Fuentes: Punto Final

El lanzamiento del nuevo think tank Espacio Público ha hecho evidente el nuevo rol que estas instituciones están ocupando en el contexto de la crisis de legitimidad y desprestigio de los partidos políticos. Un papel que es necesario someter a la crítica democrática, ya que su creciente poder representa un síntoma de la captura de […]

El lanzamiento del nuevo think tank Espacio Público ha hecho evidente el nuevo rol que estas instituciones están ocupando en el contexto de la crisis de legitimidad y desprestigio de los partidos políticos. Un papel que es necesario someter a la crítica democrática, ya que su creciente poder representa un síntoma de la captura de las instituciones públicas por lobbies económicos y camarillas elitistas.

El problema no es la existencia de centros de estudio o investigación ligados directa o indirectamente a partidos políticos. Se trata de una necesidad evidente en el marco de la complejidad de los procesos de deliberación parlamentaria y de la competencia electoral. Incluso en algunos países, como Alemania, se reconoce a cada partido con representación parlamentaria el derecho a constituir una fundación ligada a sus ideas, bajo control democrático de sus instancias partidarias, y a la vez con un margen de autonomía intelectual para criticar a su propio partido. De esta forma existen las fundaciones Heinrich Böll, ligada a los Verdes, Friedrich Ebert a los socialdemócratas, Konrad Adenauer y Hanns Seidel a la DC, Friedrich Naumann a los liberales y Rosa Luxemburgo a la Izquierda.
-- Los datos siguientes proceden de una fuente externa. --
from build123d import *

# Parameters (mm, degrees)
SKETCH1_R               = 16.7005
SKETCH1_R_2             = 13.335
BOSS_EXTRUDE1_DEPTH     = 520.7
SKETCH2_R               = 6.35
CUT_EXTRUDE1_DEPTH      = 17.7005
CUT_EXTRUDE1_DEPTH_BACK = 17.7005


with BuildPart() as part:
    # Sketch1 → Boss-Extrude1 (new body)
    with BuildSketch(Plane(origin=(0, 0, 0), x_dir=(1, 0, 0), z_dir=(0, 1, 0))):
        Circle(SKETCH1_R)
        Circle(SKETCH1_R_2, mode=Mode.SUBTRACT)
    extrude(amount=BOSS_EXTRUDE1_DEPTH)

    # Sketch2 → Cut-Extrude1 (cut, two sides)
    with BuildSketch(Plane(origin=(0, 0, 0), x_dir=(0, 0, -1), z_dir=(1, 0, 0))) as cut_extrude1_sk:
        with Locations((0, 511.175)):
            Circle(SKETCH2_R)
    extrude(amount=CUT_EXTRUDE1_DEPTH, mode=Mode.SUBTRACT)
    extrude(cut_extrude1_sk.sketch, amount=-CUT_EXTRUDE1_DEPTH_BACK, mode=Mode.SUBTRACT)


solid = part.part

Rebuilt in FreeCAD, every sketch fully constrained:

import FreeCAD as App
import Part
import Sketcher
Q = App.Units.Quantity

doc = App.newDocument("Part")
body = doc.addObject("PartDesign::Body", "Body")

# Sketch on XZ plane
sketch1 = body.newObject("Sketcher::SketchObject", "Sketch")
sketch1.AttachmentSupport = (doc.getObject("XZ_Plane"), [""])
sketch1.MapMode = "FlatFace"
sketch1.addGeometry(Part.Circle(App.Vector(0, 0, 0), App.Vector(0, 0, 1), 17), False)
sketch1.addGeometry(Part.Circle(App.Vector(0, 0, 0), App.Vector(0, 0, 1), 13), False)
sketch1.addConstraint(Sketcher.Constraint("Coincident", 0, 3, -1, 1))
sketch1.addConstraint(Sketcher.Constraint("Coincident", 1, 3, -1, 1))
sketch1.addConstraint(Sketcher.Constraint("Diameter", 1, Q("1.05 in")))
sketch1.addConstraint(Sketcher.Constraint("Diameter", 0, Q("1.315 in")))
pad1 = body.newObject("PartDesign::Pad", "Pad")
pad1.Profile = sketch1
pad1.Length = Q("20.5 in")
pad1.Reversed = True

# Sketch on YZ plane
sketch2 = body.newObject("Sketcher::SketchObject", "Sketch001")
sketch2.AttachmentSupport = (doc.getObject("YZ_Plane"), [""])
sketch2.MapMode = "FlatFace"
sketch2.addGeometry(Part.Circle(App.Vector(511, 0, 0), App.Vector(0, 0, 1), 6), False)
sketch2.addConstraint(Sketcher.Constraint("PointOnObject", 0, 3, -1))
sketch2.addConstraint(Sketcher.Constraint("Diameter", 0, Q("0.5 in")))
sketch2.addConstraint(Sketcher.Constraint("DistanceX", -1, 1, 0, 3, Q("20.125 in")))
pocket1 = body.newObject("PartDesign::Pocket", "Pocket")
pocket1.Profile = sketch2
pocket1.Type = "ThroughAll"
pocket1.Midplane = True

doc.recompute()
Hasta 1973 este rol en Chile lo ejercían centros adscritos directamente a las universidades, como el Centro de Estudios de la Realidad Nacional (Ceren) de la Universidad Católica. Pero la proscripción de los partidos por la dictadura obligó a fundar nuevas instituciones con personalidad jurídica propia, que dieran cuerpo a la reflexión de las distintas corrientes partidarias. La DC fue uno de los partidos que creará mayor número de centros de estudios, ligados a sus distintas tendencias y liderazgos, como el CED, fundado por Gabriel Valdés, el Instituto Chileno de Estudios Humanísticos, ligado a Jaime Castillo Velasco, o Cieplan fundado por Alejandro Foxley. Para la Izquierda este tipo de centros de estudios sirvieron para canalizar la reflexión de intelectuales perseguidos en las universidades. Para ello fue fundamental el aporte de recursos provenientes de la cooperación internacional.
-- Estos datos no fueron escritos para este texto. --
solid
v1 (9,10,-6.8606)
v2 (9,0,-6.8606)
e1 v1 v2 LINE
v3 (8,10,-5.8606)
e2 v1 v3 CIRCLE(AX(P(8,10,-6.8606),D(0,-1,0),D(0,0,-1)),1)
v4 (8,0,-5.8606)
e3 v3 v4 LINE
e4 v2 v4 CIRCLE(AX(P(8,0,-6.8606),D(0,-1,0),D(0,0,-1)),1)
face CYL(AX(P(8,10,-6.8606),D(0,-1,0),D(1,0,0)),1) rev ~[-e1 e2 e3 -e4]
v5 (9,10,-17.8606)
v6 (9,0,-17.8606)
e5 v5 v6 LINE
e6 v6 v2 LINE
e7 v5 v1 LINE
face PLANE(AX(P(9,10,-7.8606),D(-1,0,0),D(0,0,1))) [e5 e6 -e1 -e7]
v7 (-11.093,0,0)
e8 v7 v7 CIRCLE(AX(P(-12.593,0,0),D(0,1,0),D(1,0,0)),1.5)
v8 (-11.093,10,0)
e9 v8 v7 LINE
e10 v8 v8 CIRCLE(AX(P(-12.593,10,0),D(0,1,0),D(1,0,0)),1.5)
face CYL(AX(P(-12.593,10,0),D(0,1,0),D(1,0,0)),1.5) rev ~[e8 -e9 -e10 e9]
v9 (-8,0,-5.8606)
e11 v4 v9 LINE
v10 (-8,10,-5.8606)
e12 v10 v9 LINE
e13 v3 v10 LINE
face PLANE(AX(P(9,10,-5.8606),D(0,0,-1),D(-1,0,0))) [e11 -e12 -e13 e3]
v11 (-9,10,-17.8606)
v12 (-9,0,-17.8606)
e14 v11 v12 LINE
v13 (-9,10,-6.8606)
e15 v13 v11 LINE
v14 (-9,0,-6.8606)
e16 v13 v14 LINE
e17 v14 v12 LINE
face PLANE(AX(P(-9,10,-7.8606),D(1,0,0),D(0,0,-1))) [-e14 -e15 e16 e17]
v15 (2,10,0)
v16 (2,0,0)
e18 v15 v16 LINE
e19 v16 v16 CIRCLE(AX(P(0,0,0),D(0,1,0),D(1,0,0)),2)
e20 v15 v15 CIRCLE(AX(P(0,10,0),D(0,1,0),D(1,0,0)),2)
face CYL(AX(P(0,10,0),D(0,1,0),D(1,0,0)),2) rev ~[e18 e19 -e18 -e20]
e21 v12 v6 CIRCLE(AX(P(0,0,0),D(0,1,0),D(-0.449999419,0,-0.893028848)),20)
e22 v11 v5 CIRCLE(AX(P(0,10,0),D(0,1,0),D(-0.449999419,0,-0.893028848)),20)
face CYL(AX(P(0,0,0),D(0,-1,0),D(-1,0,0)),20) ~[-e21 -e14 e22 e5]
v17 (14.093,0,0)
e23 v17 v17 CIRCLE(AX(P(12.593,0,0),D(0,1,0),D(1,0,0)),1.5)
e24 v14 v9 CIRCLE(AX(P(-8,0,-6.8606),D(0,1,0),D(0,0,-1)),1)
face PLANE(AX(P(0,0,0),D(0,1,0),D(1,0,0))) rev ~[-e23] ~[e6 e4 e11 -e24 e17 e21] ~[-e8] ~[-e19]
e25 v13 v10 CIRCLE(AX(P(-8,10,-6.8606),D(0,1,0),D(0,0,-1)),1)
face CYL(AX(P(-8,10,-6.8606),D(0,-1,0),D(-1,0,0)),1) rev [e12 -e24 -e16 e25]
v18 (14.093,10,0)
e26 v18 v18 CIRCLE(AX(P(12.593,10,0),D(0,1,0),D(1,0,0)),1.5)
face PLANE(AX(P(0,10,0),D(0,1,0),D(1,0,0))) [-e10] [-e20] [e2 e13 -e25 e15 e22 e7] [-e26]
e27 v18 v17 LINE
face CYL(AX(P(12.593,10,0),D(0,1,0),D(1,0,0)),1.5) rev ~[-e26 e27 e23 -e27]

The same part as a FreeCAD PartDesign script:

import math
import FreeCAD as App
import Part
import Sketcher
Q = App.Units.Quantity


def edges_at(feature, points):
    """Names of the edges that pass closest to the given points."""
    edges = feature.Shape.Edges
    near = lambda p: min(range(len(edges)), key=lambda i: edges[i].distToShape(Part.Vertex(*p))[0])
    return sorted({f"Edge{near(p) + 1}" for p in points})


def add_polygon(sketch, points):
    """Adds a closed chain of lines whose ends are joined by coincident constraints."""
    first, n = sketch.GeometryCount, len(points)
    for a, b in zip(points, points[1:] + points[:1]):
        sketch.addGeometry(Part.LineSegment(App.Vector(*a, 0), App.Vector(*b, 0)), False)
    for i in range(n):
        sketch.addConstraint(Sketcher.Constraint("Coincident", first + i, 2, first + (i + 1) % n, 1))

doc = App.newDocument("Part")
body = doc.addObject("PartDesign::Body", "Body")

# Sketch on XZ plane
sketch1 = body.newObject("Sketcher::SketchObject", "Sketch")
sketch1.AttachmentSupport = (doc.getObject("XZ_Plane"), [""])
sketch1.MapMode = "FlatFace"
sketch1.addGeometry(Part.Circle(App.Vector(0, 0, 0), App.Vector(0, 0, 1), 20), False)
sketch1.addConstraint(Sketcher.Constraint("Coincident", 0, 3, -1, 1))
sketch1.addConstraint(Sketcher.Constraint("Diameter", 0, Q("40 mm")))
pad1 = body.newObject("PartDesign::Pad", "Pad")
pad1.Profile = sketch1
pad1.Length = 10
pad1.Reversed = True

# Sketch on XZ plane
sketch2 = body.newObject("Sketcher::SketchObject", "Sketch001")
sketch2.AttachmentSupport = (doc.getObject("XZ_Plane"), [""])
sketch2.MapMode = "FlatFace"
sketch2.AttachmentOffset = App.Placement(App.Vector(0, 0, -10), App.Rotation())
sketch2.addGeometry(Part.Circle(App.Vector(0, 0, 0), App.Vector(0, 0, 1), 6), False)
sketch2.addConstraint(Sketcher.Constraint("Coincident", 0, 3, -1, 1))
sketch2.addConstraint(Sketcher.Constraint("Diameter", 0, Q("12 mm")))
pocket1 = body.newObject("PartDesign::Pocket", "Pocket")
pocket1.Profile = sketch2
pocket1.Length = 10
pocket1.Reversed = True

# Sketch on XZ plane
sketch3 = body.newObject("Sketcher::SketchObject", "Sketch002")
sketch3.AttachmentSupport = (doc.getObject("XZ_Plane"), [""])
sketch3.MapMode = "FlatFace"
sketch3.AttachmentOffset = App.Placement(App.Vector(0, 0, -10), App.Rotation())
sketch3.addGeometry(Part.Circle(App.Vector(-12.6, 0, 0), App.Vector(0, 0, 1), 1.5), False)
sketch3.addGeometry(Part.Circle(App.Vector(12.6, 0, 0), App.Vector(0, 0, 1), 1.5), False)
sketch3.addConstraint(Sketcher.Constraint("Equal", 0, 1))
sketch3.addConstraint(Sketcher.Constraint("Symmetric", 0, 3, 1, 3, -1, 1))
sketch3.addConstraint(Sketcher.Constraint("PointOnObject", 0, 3, -1))
sketch3.addConstraint(Sketcher.Constraint("Diameter", 0, Q("3 mm")))
sketch3.addConstraint(Sketcher.Constraint("DistanceX", 0, 3, -1, 1, Q("12.593 mm")))
pocket2 = body.newObject("PartDesign::Pocket", "Pocket001")
pocket2.Profile = sketch3
pocket2.Length = 10
pocket2.Reversed = True

# Sketch on XZ plane
sketch4 = body.newObject("Sketcher::SketchObject", "Sketch003")
sketch4.AttachmentSupport = (doc.getObject("XZ_Plane"), [""])
sketch4.MapMode = "FlatFace"
sketch4.AttachmentOffset = App.Placement(App.Vector(0, 0, -10), App.Rotation())
sketch4.addGeometry(Part.Circle(App.Vector(0, 0, 0), App.Vector(0, 0, 1), 6), False)
sketch4.addGeometry(Part.Circle(App.Vector(0, 0, 0), App.Vector(0, 0, 1), 5), False)
sketch4.addConstraint(Sketcher.Constraint("Coincident", 0, 3, -1, 1))
sketch4.addConstraint(Sketcher.Constraint("Coincident", 1, 3, -1, 1))
sketch4.addConstraint(Sketcher.Constraint("Diameter", 1, Q("10 mm")))
sketch4.addConstraint(Sketcher.Constraint("Diameter", 0, Q("12 mm")))
pad2 = body.newObject("PartDesign::Pad", "Pad001")
pad2.Profile = sketch4
pad2.Length = 10

# Sketch on XZ plane
sketch5 = body.newObject("Sketcher::SketchObject", "Sketch004")
sketch5.AttachmentSupport = (doc.getObject("XZ_Plane"), [""])
sketch5.MapMode = "FlatFace"
sketch5.AttachmentOffset = App.Placement(App.Vector(0, 0, -10), App.Rotation())
sketch5.addGeometry(Part.Circle(App.Vector(0, 0, 0), App.Vector(0, 0, 1), 5), False)
sketch5.addGeometry(Part.Circle(App.Vector(0, 0, 0), App.Vector(0, 0, 1), 3), False)
sketch5.addConstraint(Sketcher.Constraint("Coincident", 0, 3, -1, 1))
sketch5.addConstraint(Sketcher.Constraint("Coincident", 1, 3, -1, 1))
sketch5.addConstraint(Sketcher.Constraint("Diameter", 1, Q("6 mm")))
sketch5.addConstraint(Sketcher.Constraint("Diameter", 0, Q("10 mm")))
pad3 = body.newObject("PartDesign::Pad", "Pad002")
pad3.Profile = sketch5
pad3.Length = 2

# Sketch on XZ plane
sketch6 = body.newObject("Sketcher::SketchObject", "Sketch005")
sketch6.AttachmentSupport = (doc.getObject("XZ_Plane"), [""])
sketch6.MapMode = "FlatFace"
sketch6.AttachmentOffset = App.Placement(App.Vector(0, 0, -10), App.Rotation())
sketch6.addGeometry(Part.LineSegment(App.Vector(9, -8, 0), App.Vector(9, -18, 0)), False)
sketch6.addGeometry(Part.ArcOfCircle(Part.Circle(App.Vector(0, 0, 0), App.Vector(0, 0, 1), 20), math.radians(-117), math.radians(-63)), False)
sketch6.addGeometry(Part.LineSegment(App.Vector(-9, -18, 0), App.Vector(-9, -8, 0)), False)
sketch6.addGeometry(Part.LineSegment(App.Vector(-9, -8, 0), App.Vector(9, -8, 0)), False)
sketch6.addConstraint(Sketcher.Constraint("Coincident", 0, 2, 1, 2))
sketch6.addConstraint(Sketcher.Constraint("Coincident", 1, 1, 2, 1))
sketch6.addConstraint(Sketcher.Constraint("Coincident", 2, 2, 3, 1))
sketch6.addConstraint(Sketcher.Constraint("Coincident", 3, 2, 0, 1))
sketch6.addConstraint(Sketcher.Constraint("Vertical", 0))
sketch6.addConstraint(Sketcher.Constraint("Vertical", 2))
sketch6.addConstraint(Sketcher.Constraint("Horizontal", 3))
sketch6.addConstraint(Sketcher.Constraint("Coincident", 1, 3, -1, 1))
sketch6.addConstraint(Sketcher.Constraint("Horizontal", 0, 2, 1, 1))
sketch6.addConstraint(Sketcher.Constraint("DistanceX", 3, 1, 3, 2, Q("18 mm")))
sketch6.addConstraint(Sketcher.Constraint("DistanceY", 0, 2, 0, 1, Q("10 mm")))
sketch6.addConstraint(Sketcher.Constraint("Radius", 1, Q("20 mm")))
pocket3 = body.newObject("PartDesign::Pocket", "Pocket002")
pocket3.Profile = sketch6
pocket3.Length = 10
pocket3.Reversed = True

# Sketch on XZ plane
sketch7 = body.newObject("Sketcher::SketchObject", "Sketch006")
sketch7.AttachmentSupport = (doc.getObject("XZ_Plane"), [""])
sketch7.MapMode = "FlatFace"
sketch7.AttachmentOffset = App.Placement(App.Vector(0, 0, -10), App.Rotation())
add_polygon(sketch7, [(9, -7.9), (-9, -7.9), (-9, -5.9), (9, -5.9)])  # lines 0-3
sketch7.addConstraint(Sketcher.Constraint("Horizontal", 0))
sketch7.addConstraint(Sketcher.Constraint("Vertical", 1))
sketch7.addConstraint(Sketcher.Constraint("Horizontal", 2))
sketch7.addConstraint(Sketcher.Constraint("Vertical", 3))
sketch7.addConstraint(Sketcher.Constraint("DistanceX", 0, 2, 0, 1, Q("18 mm")))
sketch7.addConstraint(Sketcher.Constraint("DistanceY", 1, 1, 1, 2, Q("2 mm")))
sketch7.addConstraint(Sketcher.Constraint("DistanceX", 0, 2, -1, 1, Q("9 mm")))
sketch7.addConstraint(Sketcher.Constraint("DistanceY", 0, 2, -1, 1, Q("7.8606 mm")))
pocket4 = body.newObject("PartDesign::Pocket", "Pocket003")
pocket4.Profile = sketch7
pocket4.Length = 10
pocket4.Reversed = True

# Sketch on XZ plane
sketch8 = body.newObject("Sketcher::SketchObject", "Sketch007")
sketch8.AttachmentSupport = (doc.getObject("XZ_Plane"), [""])
sketch8.MapMode = "FlatFace"
sketch8.addGeometry(Part.Circle(App.Vector(0, 0, 0), App.Vector(0, 0, 1), 5), False)
sketch8.addConstraint(Sketcher.Constraint("Coincident", 0, 3, -1, 1))
sketch8.addConstraint(Sketcher.Constraint("Diameter", 0, Q("10 mm")))
pad4 = body.newObject("PartDesign::Pad", "Pad003")
pad4.Profile = sketch8
pad4.Length = 8
pad4.Reversed = True

# Sketch on XZ plane
sketch9 = body.newObject("Sketcher::SketchObject", "Sketch008")
sketch9.AttachmentSupport = (doc.getObject("XZ_Plane"), [""])
sketch9.MapMode = "FlatFace"
sketch9.AttachmentOffset = App.Placement(App.Vector(0, 0, -8), App.Rotation())
sketch9.addGeometry(Part.Circle(App.Vector(0, 0, 0), App.Vector(0, 0, 1), 3), False)
sketch9.addConstraint(Sketcher.Constraint("Coincident", 0, 3, -1, 1))
sketch9.addConstraint(Sketcher.Constraint("Diameter", 0, Q("6 mm")))
pocket5 = body.newObject("PartDesign::Pocket", "Pocket004")
pocket5.Profile = sketch9
pocket5.Length = 8
pocket5.Reversed = True

# Sketch on XZ plane
sketch10 = body.newObject("Sketcher::SketchObject", "Sketch009")
sketch10.AttachmentSupport = (doc.getObject("XZ_Plane"), [""])
sketch10.MapMode = "FlatFace"
sketch10.AttachmentOffset = App.Placement(App.Vector(0, 0, -10), App.Rotation())
sketch10.addGeometry(Part.Circle(App.Vector(0, 0, 0), App.Vector(0, 0, 1), 3), False)
sketch10.addGeometry(Part.Circle(App.Vector(0, 0, 0), App.Vector(0, 0, 1), 2), False)
sketch10.addConstraint(Sketcher.Constraint("Coincident", 0, 3, -1, 1))
sketch10.addConstraint(Sketcher.Constraint("Coincident", 1, 3, -1, 1))
sketch10.addConstraint(Sketcher.Constraint("Diameter", 1, Q("4 mm")))
sketch10.addConstraint(Sketcher.Constraint("Diameter", 0, Q("6 mm")))
pad5 = body.newObject("PartDesign::Pad", "Pad004")
pad5.Profile = sketch10
pad5.Length = 10
doc.recompute()

fillet = body.newObject("PartDesign::Fillet", "Fillet")
fillet.Base = (pad5, edges_at(pad5, [(9, 5, -5.861), (-9, 5, -5.861)]))
fillet.Radius = 1

doc.recompute()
Florecerá además un amplio campo de organizaciones no gubernamentales de desarrollo, como SUR, PET, Codepu, Fasic, Judep o La Morada, con voluntad de incidencia política pero sin adscripción partidaria, sino fundadas en la adhesión ciudadana. En el caso de las ONGs debe existir una tajante separación, tanto de los partidos como del Estado, con el fin de garantizar la autonomía de la propia institución.
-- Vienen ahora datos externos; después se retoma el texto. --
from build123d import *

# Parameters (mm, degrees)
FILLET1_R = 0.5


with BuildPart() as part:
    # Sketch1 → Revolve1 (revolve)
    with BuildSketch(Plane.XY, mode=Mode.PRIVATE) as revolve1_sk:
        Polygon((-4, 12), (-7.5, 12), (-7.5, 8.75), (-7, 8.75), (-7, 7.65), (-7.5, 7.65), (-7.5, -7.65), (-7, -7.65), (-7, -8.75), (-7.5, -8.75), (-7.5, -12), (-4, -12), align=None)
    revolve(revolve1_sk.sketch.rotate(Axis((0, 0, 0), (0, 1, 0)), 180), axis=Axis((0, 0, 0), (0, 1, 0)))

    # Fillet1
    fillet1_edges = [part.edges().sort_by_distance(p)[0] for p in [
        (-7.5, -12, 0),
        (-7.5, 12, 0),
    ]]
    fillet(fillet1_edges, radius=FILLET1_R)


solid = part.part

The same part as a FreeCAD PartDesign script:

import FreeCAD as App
import Part
import Sketcher

V = App.Vector


def edges_at(feature, points):
    """Names of the edges that pass closest to the given points."""
    edges = feature.Shape.Edges
    near = lambda p: min(range(len(edges)), key=lambda i: edges[i].distToShape(Part.Vertex(*p))[0])
    return sorted({f"Edge{near(p) + 1}" for p in points})


def add_polygon(sketch, points):
    """Adds a closed chain of lines whose ends are joined by coincident constraints."""
    first, n = sketch.GeometryCount, len(points)
    for a, b in zip(points, points[1:] + points[:1]):
        sketch.addGeometry(Part.LineSegment(App.Vector(*a, 0), App.Vector(*b, 0)), False)
    for i in range(n):
        sketch.addConstraint(Sketcher.Constraint("Coincident", first + i, 2, first + (i + 1) % n, 1))

doc = App.newDocument("Part")
body = doc.addObject("PartDesign::Body", "Body")

sketch1 = body.newObject("Sketcher::SketchObject", "Sketch")
sketch1.AttachmentSupport = (doc.getObject("XY_Plane"), [""])
sketch1.MapMode = "FlatFace"
add_polygon(sketch1, [(-4, 12), (-7.5, 12), (-7.5, 8.8), (-7, 8.8), (-7, 7.7), (-7.5, 7.7), (-7.5, -7.7), (-7, -7.7), (-7, -8.8), (-7.5, -8.8), (-7.5, -12), (-4, -12)])
sketch1.addConstraint(Sketcher.Constraint("Horizontal", 0))
sketch1.addConstraint(Sketcher.Constraint("Vertical", 1))
sketch1.addConstraint(Sketcher.Constraint("Horizontal", 2))
sketch1.addConstraint(Sketcher.Constraint("Vertical", 3))
sketch1.addConstraint(Sketcher.Constraint("Horizontal", 4))
sketch1.addConstraint(Sketcher.Constraint("Vertical", 5))
sketch1.addConstraint(Sketcher.Constraint("Horizontal", 6))
sketch1.addConstraint(Sketcher.Constraint("Vertical", 7))
sketch1.addConstraint(Sketcher.Constraint("Horizontal", 8))
sketch1.addConstraint(Sketcher.Constraint("Vertical", 9))
sketch1.addConstraint(Sketcher.Constraint("Horizontal", 10))
sketch1.addConstraint(Sketcher.Constraint("Vertical", 11))
sketch1.addConstraint(Sketcher.Constraint("Symmetric", 3, 2, 6, 2, -1))
sketch1.addConstraint(Sketcher.Constraint("Symmetric", 1, 2, 8, 2, -1))
sketch1.addConstraint(Sketcher.Constraint("Vertical", 1, 2, 4, 2))
sketch1.addConstraint(Sketcher.Constraint("Equal", 1, 9))
sketch1.addConstraint(Sketcher.Constraint("DistanceY", 11, 1, 11, 2, 24.0))
sketch1.addConstraint(Sketcher.Constraint("DistanceX", 0, 2, 0, 1, 3.5))
sketch1.addConstraint(Sketcher.Constraint("DistanceX", 2, 1, 2, 2, 0.5))
sketch1.addConstraint(Sketcher.Constraint("DistanceY", 3, 2, 3, 1, 1.1))
sketch1.addConstraint(Sketcher.Constraint("DistanceY", 5, 2, 5, 1, 15.3))
sketch1.addConstraint(Sketcher.Constraint("DistanceX", 2, 2, -1, 1, 7.0))
revolution = body.newObject("PartDesign::Revolution", "Revolution")
revolution.Profile = sketch1
revolution.ReferenceAxis = (sketch1, ["V_Axis"])
revolution.Angle = 360
doc.recompute()

fillet = body.newObject("PartDesign::Fillet", "Fillet")
fillet.Base = (revolution, edges_at(revolution, [(-7.5, -12, 0), (-7.5, 12, 0)]))
fillet.Radius = 0.5

doc.recompute()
Con el fin de la dictadura, el acceso a los recursos externos se redujo bruscamente. El gobierno monopolizó la cooperación internacional, las ONGs entraron a una etapa de exigua sobrevivencia, ejecutando políticas públicas y los antiguos centros de estudios «para-partidarios», pasaron a ser consultoras externas del Estado o a prestar intermitentes servicios de asesoría parlamentaria. La Concertación no valoró el capital intelectual acumulado por estas instituciones, levantándolas y dejándolas morir cíclicamente, o llevándolas a hibernar en una lastimosa latencia. Por su parte, la derecha creó y fortaleció sus propias organizaciones, como el Instituto Libertad y Desarrollo y la Fundación Jaime Guzmán, ligadas a la UDI, o el Instituto Libertad, vinculado a RN. Los empresarios financiarán sus propios centros, como el CEP, que reúne en su directorio a buena parte de las grandes fortunas de este país, como Eliodoro Matte, Wolf von Appen, Roberto Angelini, Jean Paul Luksic y Bruno Philippi. Incluso Andrónico Luksic ha levantado en los últimos años su propio instituto, llamado Res Publica, integrado por académicos de la derecha y de la Concertación.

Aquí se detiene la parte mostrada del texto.